Former LSU health-care executive Dr. Michael Butler returned to Louisiana this week for a special lecture on “The Value of Systemness.”

There was more than a little irony in Butler’s topic.

Butler’s address during the recent annual Health Care Effectiveness Forum in Baton Rouge came as LSU prepares to break down its system of hospitals and turn over operations and management to private hospitals around the state.

Locally, LSU’s Earl K. Long Medical Center is scheduled to close in mid-April and move patient care and medical education to Our Lady of the Lake Regional Medical Center. Deals are in the works for LSU hospitals in Lafayette, New Orleans, Houma and Lake Charles to be run by private nonprofit hospitals.

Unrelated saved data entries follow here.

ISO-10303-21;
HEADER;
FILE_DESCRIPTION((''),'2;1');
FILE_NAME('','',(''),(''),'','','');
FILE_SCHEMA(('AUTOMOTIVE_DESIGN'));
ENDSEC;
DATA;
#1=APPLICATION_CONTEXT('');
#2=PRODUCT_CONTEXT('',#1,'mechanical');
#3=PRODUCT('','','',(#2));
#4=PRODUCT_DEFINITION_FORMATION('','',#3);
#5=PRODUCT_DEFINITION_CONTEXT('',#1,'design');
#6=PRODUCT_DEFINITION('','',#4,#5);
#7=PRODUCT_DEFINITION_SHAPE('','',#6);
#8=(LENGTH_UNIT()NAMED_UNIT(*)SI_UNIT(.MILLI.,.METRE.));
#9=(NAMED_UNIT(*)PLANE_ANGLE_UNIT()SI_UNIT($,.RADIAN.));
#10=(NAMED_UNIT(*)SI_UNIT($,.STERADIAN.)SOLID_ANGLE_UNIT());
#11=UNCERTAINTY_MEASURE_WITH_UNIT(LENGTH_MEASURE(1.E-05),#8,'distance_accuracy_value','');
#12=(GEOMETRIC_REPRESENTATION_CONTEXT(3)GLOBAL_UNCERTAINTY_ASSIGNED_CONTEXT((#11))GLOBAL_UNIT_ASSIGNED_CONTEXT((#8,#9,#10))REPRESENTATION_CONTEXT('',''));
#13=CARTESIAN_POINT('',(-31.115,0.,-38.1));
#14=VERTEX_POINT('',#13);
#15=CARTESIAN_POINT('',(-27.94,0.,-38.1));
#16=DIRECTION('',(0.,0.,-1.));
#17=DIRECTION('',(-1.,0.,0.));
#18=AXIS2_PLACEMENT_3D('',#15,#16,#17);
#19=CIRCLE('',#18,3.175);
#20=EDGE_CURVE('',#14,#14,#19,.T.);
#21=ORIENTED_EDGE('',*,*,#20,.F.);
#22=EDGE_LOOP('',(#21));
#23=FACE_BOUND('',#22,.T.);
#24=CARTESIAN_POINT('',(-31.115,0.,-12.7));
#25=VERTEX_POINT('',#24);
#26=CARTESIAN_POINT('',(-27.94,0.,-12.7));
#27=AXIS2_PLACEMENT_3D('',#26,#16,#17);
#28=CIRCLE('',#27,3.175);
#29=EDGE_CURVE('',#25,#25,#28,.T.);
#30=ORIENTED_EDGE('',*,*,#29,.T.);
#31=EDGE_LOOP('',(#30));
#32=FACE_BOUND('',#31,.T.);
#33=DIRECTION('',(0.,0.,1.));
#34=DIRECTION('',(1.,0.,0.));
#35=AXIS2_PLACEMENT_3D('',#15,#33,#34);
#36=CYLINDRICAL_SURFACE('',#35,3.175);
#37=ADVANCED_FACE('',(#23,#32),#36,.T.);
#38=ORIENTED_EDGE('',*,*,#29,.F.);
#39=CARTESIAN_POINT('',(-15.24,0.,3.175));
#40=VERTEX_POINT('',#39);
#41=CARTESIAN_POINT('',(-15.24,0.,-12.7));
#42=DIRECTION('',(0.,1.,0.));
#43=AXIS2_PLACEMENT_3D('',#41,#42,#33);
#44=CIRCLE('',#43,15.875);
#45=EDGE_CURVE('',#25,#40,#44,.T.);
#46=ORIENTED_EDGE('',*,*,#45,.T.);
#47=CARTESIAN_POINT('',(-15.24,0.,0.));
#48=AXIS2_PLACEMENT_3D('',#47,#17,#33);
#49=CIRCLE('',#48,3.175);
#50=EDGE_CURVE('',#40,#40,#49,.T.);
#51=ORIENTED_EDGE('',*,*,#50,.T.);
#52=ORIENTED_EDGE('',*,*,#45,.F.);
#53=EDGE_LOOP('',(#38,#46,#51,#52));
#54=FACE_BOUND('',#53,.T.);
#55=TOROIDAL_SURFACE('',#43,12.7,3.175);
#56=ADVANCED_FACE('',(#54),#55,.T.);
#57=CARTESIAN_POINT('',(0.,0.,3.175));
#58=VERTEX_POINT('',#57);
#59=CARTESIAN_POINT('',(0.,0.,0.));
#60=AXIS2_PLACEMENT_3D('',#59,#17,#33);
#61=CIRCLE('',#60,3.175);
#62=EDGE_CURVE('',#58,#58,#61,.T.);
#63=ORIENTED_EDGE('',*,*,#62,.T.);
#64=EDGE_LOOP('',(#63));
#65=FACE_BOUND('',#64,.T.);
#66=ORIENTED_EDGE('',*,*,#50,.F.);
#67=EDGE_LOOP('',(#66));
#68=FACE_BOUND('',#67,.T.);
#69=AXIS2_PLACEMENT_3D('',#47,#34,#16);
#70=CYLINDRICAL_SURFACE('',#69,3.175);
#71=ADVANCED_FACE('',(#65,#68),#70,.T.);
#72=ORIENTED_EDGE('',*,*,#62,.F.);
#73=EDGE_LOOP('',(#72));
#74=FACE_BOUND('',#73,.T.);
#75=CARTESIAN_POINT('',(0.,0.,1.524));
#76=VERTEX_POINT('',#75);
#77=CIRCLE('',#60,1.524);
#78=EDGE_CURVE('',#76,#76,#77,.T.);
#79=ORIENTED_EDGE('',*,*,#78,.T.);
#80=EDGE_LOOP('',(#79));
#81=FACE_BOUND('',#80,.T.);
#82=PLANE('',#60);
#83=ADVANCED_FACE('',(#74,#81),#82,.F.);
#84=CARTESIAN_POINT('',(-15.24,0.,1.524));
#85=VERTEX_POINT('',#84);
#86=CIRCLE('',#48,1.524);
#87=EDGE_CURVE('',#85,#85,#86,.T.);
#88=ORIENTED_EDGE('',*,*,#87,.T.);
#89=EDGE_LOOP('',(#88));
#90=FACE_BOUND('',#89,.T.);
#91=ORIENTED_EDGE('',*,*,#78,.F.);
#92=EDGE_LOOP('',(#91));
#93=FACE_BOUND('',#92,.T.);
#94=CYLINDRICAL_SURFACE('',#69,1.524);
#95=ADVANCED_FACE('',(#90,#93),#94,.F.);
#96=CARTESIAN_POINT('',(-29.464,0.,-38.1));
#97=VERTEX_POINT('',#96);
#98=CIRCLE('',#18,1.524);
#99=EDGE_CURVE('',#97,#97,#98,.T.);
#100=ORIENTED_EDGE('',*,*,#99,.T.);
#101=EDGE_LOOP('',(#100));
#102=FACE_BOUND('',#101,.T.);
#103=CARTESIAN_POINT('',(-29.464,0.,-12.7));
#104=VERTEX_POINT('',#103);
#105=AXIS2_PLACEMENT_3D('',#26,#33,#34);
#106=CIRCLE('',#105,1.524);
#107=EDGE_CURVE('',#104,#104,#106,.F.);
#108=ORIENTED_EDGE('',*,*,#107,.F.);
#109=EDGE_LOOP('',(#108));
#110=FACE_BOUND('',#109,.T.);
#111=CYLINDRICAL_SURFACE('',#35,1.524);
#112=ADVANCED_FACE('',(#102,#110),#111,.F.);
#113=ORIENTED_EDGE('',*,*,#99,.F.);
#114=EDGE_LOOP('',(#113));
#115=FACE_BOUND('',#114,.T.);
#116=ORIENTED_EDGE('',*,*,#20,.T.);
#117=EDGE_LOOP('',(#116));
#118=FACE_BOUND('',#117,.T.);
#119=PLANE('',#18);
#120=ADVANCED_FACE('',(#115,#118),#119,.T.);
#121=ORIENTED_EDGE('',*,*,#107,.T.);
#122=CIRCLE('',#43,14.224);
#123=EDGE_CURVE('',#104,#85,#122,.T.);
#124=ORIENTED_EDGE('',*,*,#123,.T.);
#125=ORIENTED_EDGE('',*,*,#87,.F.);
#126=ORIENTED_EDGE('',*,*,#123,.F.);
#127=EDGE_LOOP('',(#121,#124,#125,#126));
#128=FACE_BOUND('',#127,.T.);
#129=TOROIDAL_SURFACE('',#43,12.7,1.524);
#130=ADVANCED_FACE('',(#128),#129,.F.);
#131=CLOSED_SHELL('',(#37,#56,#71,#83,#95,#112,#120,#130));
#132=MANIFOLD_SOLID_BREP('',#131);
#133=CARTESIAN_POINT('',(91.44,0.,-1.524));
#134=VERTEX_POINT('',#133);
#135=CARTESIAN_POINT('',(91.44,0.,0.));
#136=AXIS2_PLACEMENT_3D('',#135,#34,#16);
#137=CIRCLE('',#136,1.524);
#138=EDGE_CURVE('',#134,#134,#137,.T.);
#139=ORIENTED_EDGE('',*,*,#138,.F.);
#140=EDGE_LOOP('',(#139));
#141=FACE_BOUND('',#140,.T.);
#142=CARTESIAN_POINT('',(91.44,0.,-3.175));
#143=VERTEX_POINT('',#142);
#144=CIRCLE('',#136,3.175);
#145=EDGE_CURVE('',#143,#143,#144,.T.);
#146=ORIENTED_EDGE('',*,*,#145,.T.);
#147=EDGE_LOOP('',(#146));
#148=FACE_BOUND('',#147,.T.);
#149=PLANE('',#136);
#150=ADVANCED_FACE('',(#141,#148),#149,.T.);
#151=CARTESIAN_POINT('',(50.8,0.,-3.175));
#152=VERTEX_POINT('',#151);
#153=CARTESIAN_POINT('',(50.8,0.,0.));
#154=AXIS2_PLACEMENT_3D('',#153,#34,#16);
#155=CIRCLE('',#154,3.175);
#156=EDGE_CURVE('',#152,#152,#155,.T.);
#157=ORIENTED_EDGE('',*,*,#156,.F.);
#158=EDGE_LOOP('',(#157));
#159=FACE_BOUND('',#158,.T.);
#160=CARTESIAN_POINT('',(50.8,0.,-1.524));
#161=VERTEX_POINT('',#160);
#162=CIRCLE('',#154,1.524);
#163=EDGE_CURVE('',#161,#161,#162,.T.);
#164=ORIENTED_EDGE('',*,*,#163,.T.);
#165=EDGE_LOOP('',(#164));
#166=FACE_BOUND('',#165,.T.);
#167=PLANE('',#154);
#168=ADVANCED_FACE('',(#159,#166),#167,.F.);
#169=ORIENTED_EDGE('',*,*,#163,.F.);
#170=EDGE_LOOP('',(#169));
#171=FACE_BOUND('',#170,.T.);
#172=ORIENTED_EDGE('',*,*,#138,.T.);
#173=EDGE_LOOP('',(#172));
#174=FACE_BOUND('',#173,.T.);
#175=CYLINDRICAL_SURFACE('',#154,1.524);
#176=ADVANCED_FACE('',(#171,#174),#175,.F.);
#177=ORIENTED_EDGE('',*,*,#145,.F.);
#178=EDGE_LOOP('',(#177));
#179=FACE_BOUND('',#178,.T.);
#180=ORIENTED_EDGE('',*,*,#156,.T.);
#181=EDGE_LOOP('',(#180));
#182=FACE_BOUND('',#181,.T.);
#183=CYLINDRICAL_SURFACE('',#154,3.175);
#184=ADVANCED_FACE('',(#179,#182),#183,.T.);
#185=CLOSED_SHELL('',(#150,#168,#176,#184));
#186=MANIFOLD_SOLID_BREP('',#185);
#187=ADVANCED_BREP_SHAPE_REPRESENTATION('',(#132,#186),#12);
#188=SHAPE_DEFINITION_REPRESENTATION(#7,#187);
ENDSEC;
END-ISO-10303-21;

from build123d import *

# Parameters (mm, degrees)
SWEEP_THIN1_PROFILE_R   = 3.175
SWEEP_THIN1_PROFILE_R_2 = 1.524
SWEEP_THIN2_PROFILE_R   = 3.175
SWEEP_THIN2_PROFILE_R_2 = 1.524


with BuildPart() as part:
    # Sweep-Thin1: sweep along a path in Sketch1
    with BuildLine(Plane(origin=(0, 0, 0), x_dir=(1, 0, 0), z_dir=(0, 1, 0))) as sweep_thin1_path:
        Line((-27.94, 38.1), (-27.94, 12.7))
        ThreePointArc((-27.94, 12.7), (-24.220256121, 3.719743879), (-15.24, 0))
        Line((-15.24, 0), (0, 0))
    # Sweep-Thin1 profile (on start of the path) → Sweep-Thin1 (sweep)
    with BuildSketch(Plane(origin=(-27.94, 0, -38.1), x_dir=(1, 0, 0), z_dir=(0, 0, 1))):
        Circle(SWEEP_THIN1_PROFILE_R)
        Circle(SWEEP_THIN1_PROFILE_R_2, mode=Mode.SUBTRACT)
    sweep(path=sweep_thin1_path.line)


with BuildPart() as body_2:
    # Sweep-Thin2: sweep along a path in Sketch15
    with BuildLine(Plane(origin=(0, 0, 0), x_dir=(1, 0, 0), z_dir=(0, 1, 0))) as sweep_thin2_path:
        Line((50.8, 0), (91.44, 0))
    # Sweep-Thin2 profile (on start of the path) → Sweep-Thin2 (sweep)
    with BuildSketch(Plane(origin=(50.8, 0, 0), x_dir=(0, 0, 1), z_dir=(1, 0, 0))):
        Circle(SWEEP_THIN2_PROFILE_R)
        Circle(SWEEP_THIN2_PROFILE_R_2, mode=Mode.SUBTRACT)
    sweep(path=sweep_thin2_path.line)


solid = Compound([part.part, body_2.part])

It will be quite a change for those who work in the LSU hospital system today — with new bosses who are unknown quantities. And so Butler tried to reassure LSU employees that they still are important in this new world.

“None of the people in this room should be afraid of change,” said Butler who is now executive vice president and chief medical officer of the Jackson Health System in Florida. “You can teach the (private) partners,” Butler said, then added “if they are open to that.”

At the same conference, the LSU System chief overseeing the redesign told LSU employees that they had a place in the new system, that the private partners wanted to hire them.

Dr. Frank Opelka said LSU has the model for what’s going to be required with the federal health revamp.

“We live in an accountable-care organization today. Our partners are just beginning to learn that,” said Opelka.

Butler said LSU employees are part of a tradition that dates to 1736, when a hospital for the poor opened in New Orleans.

“That was 277 years ago. That was before America was founded. The fact that we can have a purpose that is over 277 years old that still has relevance today is important,” Butler said.

Butler reviewed a partial list of what LSU hospitals have accomplished in recent years — things he said private hospitals are just now beginning to discover the value in.

Included on the list:

  • Implementing evidence-based guidelines on the best treatment protocols.
  • Disease management for such things as diabetes, heart failure and asthma to get patients involved in their health care to improve outcomes.
  • Electronic medical records to better coordinate patient care.
  • Telemedicine to get specialty health care into rural areas.
  • Mental health emergency rooms.

Butler said the LSU hospitals were the second in the United States to get national medical home designation. Medical homes offer patient-centered primary care.

He said none of the private partner hospitals have the outpatient clinic capacity of today’s LSU hospitals. The clinics allow better management of patient care and reduce hospitalizations because medical problems are identified and treated early.

“The irony in all the changes we are going through is we had worked out the care delivery model. We didn’t have the financial part worked out,” said Butler. “Ultimately this is more important than the financial.

“You solved the delivery problem. You are people (that) people should be coming to for answers,” Butler said.

“I hope with these new partners that will be recognized. We know how to do this,” said Butler. “Listen to us.”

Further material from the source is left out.